YOUR ASSIGNMENT:
State how many lines of the records below contain the word "origin", giving the number and nothing else.

[Source records]
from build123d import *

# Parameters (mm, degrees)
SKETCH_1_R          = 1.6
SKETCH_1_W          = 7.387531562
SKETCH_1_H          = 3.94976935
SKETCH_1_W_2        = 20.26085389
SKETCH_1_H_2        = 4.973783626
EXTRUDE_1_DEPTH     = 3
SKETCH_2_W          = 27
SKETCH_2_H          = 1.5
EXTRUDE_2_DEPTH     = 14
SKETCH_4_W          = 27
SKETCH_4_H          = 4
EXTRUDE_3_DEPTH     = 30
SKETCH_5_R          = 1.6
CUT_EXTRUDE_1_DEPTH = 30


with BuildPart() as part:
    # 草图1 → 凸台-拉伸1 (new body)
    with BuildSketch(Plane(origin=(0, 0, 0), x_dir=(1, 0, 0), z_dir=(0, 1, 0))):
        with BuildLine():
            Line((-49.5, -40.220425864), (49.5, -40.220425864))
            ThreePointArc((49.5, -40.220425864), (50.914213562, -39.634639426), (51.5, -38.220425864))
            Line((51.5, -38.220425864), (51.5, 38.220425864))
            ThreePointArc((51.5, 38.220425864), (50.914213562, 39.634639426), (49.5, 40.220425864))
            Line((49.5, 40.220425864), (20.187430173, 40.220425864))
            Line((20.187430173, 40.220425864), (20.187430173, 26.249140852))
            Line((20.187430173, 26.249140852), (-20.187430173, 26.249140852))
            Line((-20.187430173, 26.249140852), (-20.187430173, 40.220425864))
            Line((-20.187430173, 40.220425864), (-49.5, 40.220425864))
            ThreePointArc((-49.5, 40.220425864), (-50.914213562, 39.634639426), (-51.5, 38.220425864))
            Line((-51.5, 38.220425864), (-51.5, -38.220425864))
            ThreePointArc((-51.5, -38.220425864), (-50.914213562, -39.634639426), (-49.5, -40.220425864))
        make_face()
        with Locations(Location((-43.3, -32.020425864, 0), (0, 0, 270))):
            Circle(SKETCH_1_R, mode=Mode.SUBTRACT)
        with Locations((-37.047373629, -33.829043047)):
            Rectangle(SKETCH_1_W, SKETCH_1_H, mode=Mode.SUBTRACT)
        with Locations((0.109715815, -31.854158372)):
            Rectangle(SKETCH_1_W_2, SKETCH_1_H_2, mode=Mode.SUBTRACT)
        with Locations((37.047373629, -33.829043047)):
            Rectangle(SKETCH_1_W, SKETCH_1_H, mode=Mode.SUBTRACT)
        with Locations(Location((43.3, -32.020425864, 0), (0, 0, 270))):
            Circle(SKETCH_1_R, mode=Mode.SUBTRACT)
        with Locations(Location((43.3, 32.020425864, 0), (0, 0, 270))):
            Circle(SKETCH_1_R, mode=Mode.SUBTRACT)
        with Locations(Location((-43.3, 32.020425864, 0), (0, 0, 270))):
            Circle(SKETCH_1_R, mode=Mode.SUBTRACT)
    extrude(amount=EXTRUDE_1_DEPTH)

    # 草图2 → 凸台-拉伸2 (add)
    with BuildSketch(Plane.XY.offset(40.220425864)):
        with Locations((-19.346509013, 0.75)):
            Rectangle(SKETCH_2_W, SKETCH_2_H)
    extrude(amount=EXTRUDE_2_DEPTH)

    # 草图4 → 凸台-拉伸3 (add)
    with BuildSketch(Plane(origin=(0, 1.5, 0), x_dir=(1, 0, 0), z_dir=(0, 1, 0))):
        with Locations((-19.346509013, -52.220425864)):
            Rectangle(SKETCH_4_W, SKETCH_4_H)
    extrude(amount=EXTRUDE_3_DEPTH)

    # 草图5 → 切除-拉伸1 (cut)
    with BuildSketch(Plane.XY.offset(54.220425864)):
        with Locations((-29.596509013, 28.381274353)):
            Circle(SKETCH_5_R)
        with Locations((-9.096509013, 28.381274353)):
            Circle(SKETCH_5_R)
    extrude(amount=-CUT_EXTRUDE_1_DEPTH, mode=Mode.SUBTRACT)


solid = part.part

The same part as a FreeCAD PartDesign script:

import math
import FreeCAD as App
import Part
import Sketcher

V = App.Vector
Q = App.Units.Quantity

doc = App.newDocument("Part")
params = doc.addObject("Spreadsheet::Sheet", "Params")
for row, (alias, value) in enumerate([
    ("sketch1_radius", "2 mm"),
    ("sketch1_diameter", "3.2 mm"),
    ("sketch1_width", "99 mm"),
    ("pad1_length", "3 mm"),
    ("sketch2_width", "27 mm"),
    ("sketch2_height", "1.5 mm"),
    ("pad2_length", "14 mm"),
    ("sketch3_width", "27 mm"),
    ("sketch3_height", "4 mm"),
    ("pad3_length", "30 mm"),
    ("sketch4_diameter", "3.2 mm"),
    ("pocket1_length", "30 mm"),
], start=1):
    params.set(f"A{row}", alias)
    params.set(f"B{row}", "=" + value)
    params.setAlias(f"B{row}", alias)

body = doc.addObject("PartDesign::Body", "Body")

sketch1 = body.newObject("Sketcher::SketchObject", "Sketch")
sketch1.AttachmentSupport = (doc.getObject("XZ_Plane"), [""])
sketch1.MapMode = "FlatFace"
sketch1.addGeometry(Part.LineSegment(V(-49.5, 40.220426, 0), V(49.5, 40.220426, 0)), False)
sketch1.addGeometry(Part.ArcOfCircle(Part.Circle(V(49.5, 38.220426, 0), V(0, 0, 1), 2), math.radians(0), math.radians(90)), False)
sketch1.addGeometry(Part.LineSegment(V(51.5, 38.220426, 0), V(51.5, -38.220426, 0)), False)
sketch1.addGeometry(Part.ArcOfCircle(Part.Circle(V(49.5, -38.220426, 0), V(0, 0, 1), 2), math.radians(-90), math.radians(0)), False)
sketch1.addGeometry(Part.LineSegment(V(49.5, -40.220426, 0), V(20.18743, -40.220426, 0)), False)
sketch1.addGeometry(Part.LineSegment(V(20.18743, -40.220426, 0), V(20.18743, -26.249141, 0)), False)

ANSWER SECTION:
2